ViSpeak: Visual Instruction Feedback in Streaming Videos

Paper: Arxiv
ViSpeak-Bench: GitHub
Huggingface: ViSpeak-s2, ViSpeak-s3, ViSpeak-Instruct, ViSpeak-Bench
ModelScope: ViSpeak-s2, ViSpeak-s3, ViSpeak-Instruct, ViSpeak-Bench

🔥 News

We are hiring self-motivated interns and research interns and conducting graduate recruitment in China. Please feel free to contact Tech Manager via WeChat (id: weixihan1)

[2025.06.26] Our paper was accepted by ICCV 2025.

👀 ViSpeak Overview

Recent advances in Large Multi-modal Models (LMMs) are primarily focused on offline video understanding. Instead, streaming video understanding poses great challenges to recent models due to its time-sensitive, omni-modal and interactive characteristics. In this work, we aim to extend the streaming video understanding from a new perspective and propose a novel task named Visual Instruction Feedback in which models should be aware of visual contents and learn to extract instructions from them. For example, when users wave their hands to agents, agents should recognize the gesture and start conversations with welcome information. Thus, following instructions in visual modality greatly enhances user-agent interactions.
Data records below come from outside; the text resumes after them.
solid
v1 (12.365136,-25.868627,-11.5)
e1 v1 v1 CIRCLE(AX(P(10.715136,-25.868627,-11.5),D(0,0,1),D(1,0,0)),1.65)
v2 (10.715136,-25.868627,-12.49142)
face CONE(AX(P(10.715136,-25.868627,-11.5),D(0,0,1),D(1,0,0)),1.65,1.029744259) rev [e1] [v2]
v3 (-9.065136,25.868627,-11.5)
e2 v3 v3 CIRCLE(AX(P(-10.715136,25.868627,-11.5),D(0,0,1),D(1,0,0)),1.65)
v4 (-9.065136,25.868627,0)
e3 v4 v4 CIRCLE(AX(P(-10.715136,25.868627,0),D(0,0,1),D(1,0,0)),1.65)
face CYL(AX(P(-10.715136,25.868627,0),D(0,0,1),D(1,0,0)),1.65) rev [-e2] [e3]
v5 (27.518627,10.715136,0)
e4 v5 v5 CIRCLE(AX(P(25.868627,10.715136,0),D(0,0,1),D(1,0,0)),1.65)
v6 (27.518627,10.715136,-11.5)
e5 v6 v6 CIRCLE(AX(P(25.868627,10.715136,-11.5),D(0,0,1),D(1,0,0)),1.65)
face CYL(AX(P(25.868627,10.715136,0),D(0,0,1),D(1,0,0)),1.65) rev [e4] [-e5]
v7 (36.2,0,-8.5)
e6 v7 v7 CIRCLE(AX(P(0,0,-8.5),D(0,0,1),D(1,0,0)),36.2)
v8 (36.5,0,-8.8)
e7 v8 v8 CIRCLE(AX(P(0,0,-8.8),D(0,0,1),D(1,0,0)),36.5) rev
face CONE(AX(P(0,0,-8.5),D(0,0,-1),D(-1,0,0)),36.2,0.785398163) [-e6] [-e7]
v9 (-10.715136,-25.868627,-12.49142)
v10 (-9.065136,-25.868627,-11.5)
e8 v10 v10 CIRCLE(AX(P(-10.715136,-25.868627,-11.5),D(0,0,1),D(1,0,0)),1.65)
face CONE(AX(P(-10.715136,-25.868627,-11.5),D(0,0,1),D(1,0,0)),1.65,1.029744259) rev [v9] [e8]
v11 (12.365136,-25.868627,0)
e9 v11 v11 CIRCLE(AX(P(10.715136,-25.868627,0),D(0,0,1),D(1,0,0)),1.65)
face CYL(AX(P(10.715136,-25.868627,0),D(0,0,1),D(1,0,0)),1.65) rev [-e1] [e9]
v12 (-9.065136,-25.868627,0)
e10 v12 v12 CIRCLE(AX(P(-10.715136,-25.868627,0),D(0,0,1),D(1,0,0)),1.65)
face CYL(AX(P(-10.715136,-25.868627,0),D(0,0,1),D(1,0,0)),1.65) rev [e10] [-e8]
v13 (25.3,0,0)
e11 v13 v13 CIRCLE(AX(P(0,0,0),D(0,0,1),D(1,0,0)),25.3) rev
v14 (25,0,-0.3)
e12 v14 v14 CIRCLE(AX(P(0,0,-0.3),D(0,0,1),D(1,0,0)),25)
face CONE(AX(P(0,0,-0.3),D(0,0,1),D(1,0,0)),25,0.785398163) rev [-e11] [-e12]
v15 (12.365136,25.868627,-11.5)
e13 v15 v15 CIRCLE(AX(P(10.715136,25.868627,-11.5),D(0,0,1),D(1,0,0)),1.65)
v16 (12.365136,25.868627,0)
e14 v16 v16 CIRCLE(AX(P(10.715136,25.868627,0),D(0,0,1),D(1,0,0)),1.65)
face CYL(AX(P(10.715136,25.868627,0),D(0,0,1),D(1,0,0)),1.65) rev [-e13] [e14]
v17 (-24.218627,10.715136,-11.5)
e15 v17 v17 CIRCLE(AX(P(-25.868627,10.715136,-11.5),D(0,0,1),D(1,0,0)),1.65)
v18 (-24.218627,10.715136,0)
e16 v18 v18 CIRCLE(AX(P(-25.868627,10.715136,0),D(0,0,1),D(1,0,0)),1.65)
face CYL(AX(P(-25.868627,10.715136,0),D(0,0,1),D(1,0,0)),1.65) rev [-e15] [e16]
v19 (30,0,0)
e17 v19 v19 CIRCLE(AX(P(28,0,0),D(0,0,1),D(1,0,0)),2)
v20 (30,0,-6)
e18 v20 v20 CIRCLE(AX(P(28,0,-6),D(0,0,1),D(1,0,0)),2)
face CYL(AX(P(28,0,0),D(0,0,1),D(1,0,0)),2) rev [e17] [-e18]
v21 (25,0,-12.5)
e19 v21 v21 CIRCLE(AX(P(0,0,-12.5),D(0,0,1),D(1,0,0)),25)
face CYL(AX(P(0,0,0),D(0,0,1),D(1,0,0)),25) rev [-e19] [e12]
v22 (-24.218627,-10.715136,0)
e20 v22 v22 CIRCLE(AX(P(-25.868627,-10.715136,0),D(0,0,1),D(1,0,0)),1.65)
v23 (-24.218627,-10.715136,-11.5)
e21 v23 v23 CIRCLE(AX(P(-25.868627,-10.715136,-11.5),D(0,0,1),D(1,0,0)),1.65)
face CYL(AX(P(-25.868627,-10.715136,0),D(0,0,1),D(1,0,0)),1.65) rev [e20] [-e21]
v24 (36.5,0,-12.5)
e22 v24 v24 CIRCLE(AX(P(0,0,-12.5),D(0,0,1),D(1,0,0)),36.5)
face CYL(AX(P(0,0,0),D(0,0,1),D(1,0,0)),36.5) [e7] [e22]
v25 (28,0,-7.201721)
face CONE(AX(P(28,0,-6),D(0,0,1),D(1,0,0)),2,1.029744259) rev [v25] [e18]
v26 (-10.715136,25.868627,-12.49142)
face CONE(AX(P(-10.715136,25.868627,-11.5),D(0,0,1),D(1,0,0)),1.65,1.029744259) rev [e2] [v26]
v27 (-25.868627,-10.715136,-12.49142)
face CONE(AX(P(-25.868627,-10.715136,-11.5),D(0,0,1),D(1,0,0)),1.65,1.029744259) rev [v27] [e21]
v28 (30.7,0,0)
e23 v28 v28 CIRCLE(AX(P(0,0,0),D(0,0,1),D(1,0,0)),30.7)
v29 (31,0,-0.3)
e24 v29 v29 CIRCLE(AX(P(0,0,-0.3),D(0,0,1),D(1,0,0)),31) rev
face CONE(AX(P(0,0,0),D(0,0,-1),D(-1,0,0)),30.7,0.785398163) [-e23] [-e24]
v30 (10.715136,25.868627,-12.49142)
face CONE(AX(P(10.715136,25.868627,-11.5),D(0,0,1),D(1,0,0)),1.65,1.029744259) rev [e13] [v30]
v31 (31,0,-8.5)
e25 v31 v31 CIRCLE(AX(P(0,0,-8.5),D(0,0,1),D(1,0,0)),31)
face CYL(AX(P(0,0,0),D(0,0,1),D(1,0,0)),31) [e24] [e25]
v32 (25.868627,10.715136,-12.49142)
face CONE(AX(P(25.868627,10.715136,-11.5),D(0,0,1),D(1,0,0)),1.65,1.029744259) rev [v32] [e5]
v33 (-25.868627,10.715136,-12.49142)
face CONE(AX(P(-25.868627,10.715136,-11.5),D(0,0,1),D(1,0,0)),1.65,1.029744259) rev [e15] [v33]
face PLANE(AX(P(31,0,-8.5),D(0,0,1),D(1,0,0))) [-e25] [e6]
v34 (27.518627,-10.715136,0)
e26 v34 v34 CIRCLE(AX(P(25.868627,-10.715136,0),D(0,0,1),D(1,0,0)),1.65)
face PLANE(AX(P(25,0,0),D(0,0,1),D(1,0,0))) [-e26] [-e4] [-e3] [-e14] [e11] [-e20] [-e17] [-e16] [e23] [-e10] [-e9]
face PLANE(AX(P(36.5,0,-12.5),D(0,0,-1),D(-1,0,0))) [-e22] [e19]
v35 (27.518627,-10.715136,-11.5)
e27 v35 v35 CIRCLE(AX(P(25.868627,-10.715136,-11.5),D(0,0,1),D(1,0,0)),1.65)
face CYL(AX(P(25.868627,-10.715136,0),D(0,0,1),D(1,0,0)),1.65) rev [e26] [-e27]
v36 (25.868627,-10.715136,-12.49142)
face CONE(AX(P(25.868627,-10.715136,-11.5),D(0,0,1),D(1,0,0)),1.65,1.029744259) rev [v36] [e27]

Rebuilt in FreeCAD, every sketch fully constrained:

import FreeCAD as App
import Part
import Sketcher

V = App.Vector
Q = App.Units.Quantity


def edges_at(feature, points):
    """Names of the edges that pass closest to the given points."""
    edges = feature.Shape.Edges
    near = lambda p: min(range(len(edges)), key=lambda i: edges[i].distToShape(Part.Vertex(*p))[0])
    return sorted({f"Edge{near(p) + 1}" for p in points})


def add_polygon(sketch, points):
    """Adds a closed chain of lines whose ends are joined by coincident constraints."""
    first, n = sketch.GeometryCount, len(points)
    for a, b in zip(points, points[1:] + points[:1]):
        sketch.addGeometry(Part.LineSegment(App.Vector(*a, 0), App.Vector(*b, 0)), False)
    for i in range(n):
        sketch.addConstraint(Sketcher.Constraint("Coincident", first + i, 2, first + (i + 1) % n, 1))

doc = App.newDocument("Part")
body = doc.addObject("PartDesign::Body", "Body")

sketch1 = body.newObject("Sketcher::SketchObject", "Sketch")
sketch1.AttachmentSupport = (doc.getObject("XZ_Plane"), [""])
sketch1.MapMode = "FlatFace"
add_polygon(sketch1, [(25, 0), (31, 0), (31, -8.5), (36.5, -8.5), (36.5, -12.5), (25, -12.5)])
sketch1.addConstraint([
    Sketcher.Constraint("Horizontal", 0),
    Sketcher.Constraint("Vertical", 1),
    Sketcher.Constraint("Horizontal", 2),
    Sketcher.Constraint("Vertical", 3),
    Sketcher.Constraint("Horizontal", 4),
    Sketcher.Constraint("Vertical", 5),
    Sketcher.Constraint("PointOnObject", 0, 2, -1),
    Sketcher.Constraint("DistanceX", 0, 1, 0, 2, 6.0),
    Sketcher.Constraint("DistanceY", 3, 2, 3, 1, 4.0),
    Sketcher.Constraint("DistanceX", 2, 1, 2, 2, 5.5),
    Sketcher.Constraint("DistanceY", 1, 2, 1, 1, 8.5),
    Sketcher.Constraint("DistanceX", -1, 1, 0, 2, 31.0),
])
revolution = body.newObject("PartDesign::Revolution", "Revolution")
revolution.Profile = sketch1
revolution.ReferenceAxis = (sketch1, ["V_Axis"])
revolution.Angle = 360
doc.recompute()

chamfer = body.newObject("PartDesign::Chamfer", "Chamfer")
chamfer.Base = (revolution, edges_at(revolution, [(-36.5, 0, -8.5), (-25, 0, 0), (-31, 0, 0)]))
chamfer.Size = 0.3

sketch2 = body.newObject("Sketcher::SketchObject", "Sketch001")
sketch2.AttachmentSupport = (doc.getObject("XY_Plane"), [""])
sketch2.MapMode = "FlatFace"
sketch2.addGeometry(Part.Circle(V(28, 0, 0), V(0, 0, 1), 2), False)
sketch2.addConstraint([
    Sketcher.Constraint("PointOnObject", 0, 3, -1),
    Sketcher.Constraint("Diameter", 0, 4.0),
    Sketcher.Constraint("DistanceX", -1, 1, 0, 3, 28.0),
])
doc.recompute()
hole = body.newObject("PartDesign::Hole", "Hole")
hole.Profile = sketch2
hole.ThreadType = "None"
hole.Diameter = 4
hole.DepthType = "Dimension"
hole.Depth = 6
hole.DrillPoint = "Angled"
hole.DrillPointAngle = 118

sketch3 = body.newObject("Sketcher::SketchObject", "Sketch002")
sketch3.AttachmentSupport = (doc.getObject("YZ_Plane"), [""])
sketch3.MapMode = "FlatFace"
sketch3.AttachmentOffset = App.Placement(V(0, 0, 25.868627), App.Rotation())
add_polygon(sketch3, [(-10.7, -12.5), (-10.7, 0), (-12.4, 0), (-12.4, -11.5)])
sketch3.addGeometry(Part.LineSegment(V(-10.7, 0, 0), V(-10.7, -12.5, 0)), True)
sketch3.addConstraint([
    Sketcher.Constraint("Vertical", 0),
    Sketcher.Constraint("Horizontal", 1),
    Sketcher.Constraint("Vertical", 2),
    Sketcher.Constraint("Vertical", 4),
    Sketcher.Constraint("Coincident", 4, 1, 0, 2),
    Sketcher.Constraint("PointOnObject", 0, 2, -1),
    Sketcher.Constraint("Equal", 0, 4),
    Sketcher.Constraint("Angle", 3, Q("-31 deg")),
    Sketcher.Constraint("DistanceY", 2, 2, 2, 1, 11.5),
    Sketcher.Constraint("DistanceX", 1, 2, 1, 1, 1.65),
    Sketcher.Constraint("DistanceX", 0, 2, -1, 1, 10.715136),
])
groove = body.newObject("PartDesign::Groove", "Groove")
groove.Profile = sketch3
groove.ReferenceAxis = (sketch3, ["Axis0"])
groove.Angle = 360
doc.recompute()

polarpattern = body.newObject("PartDesign::PolarPattern", "PolarPattern")
polarpattern.Originals = [groove]
polarpattern.Axis = (doc.getObject("Z_Axis"), [""])
polarpattern.Angle = 360
polarpattern.Occurrences = 8
body.Tip = polarpattern

doc.recompute()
To facilitate research, we define seven key subtasks highly relevant to visual modality and collect the ViSpeak-Instruct dataset for training and the ViSpeak-Bench for evaluation. Further, we propose the ViSpeak model, which is a SOTA streaming video understanding LMM with GPT-4o-level performance on various streaming video understanding benchmarks. After finetuning on our ViSpeak-Instruct dataset, ViSpeak is equipped with basic visual instruction feedback ability, serving as a solid baseline for future research.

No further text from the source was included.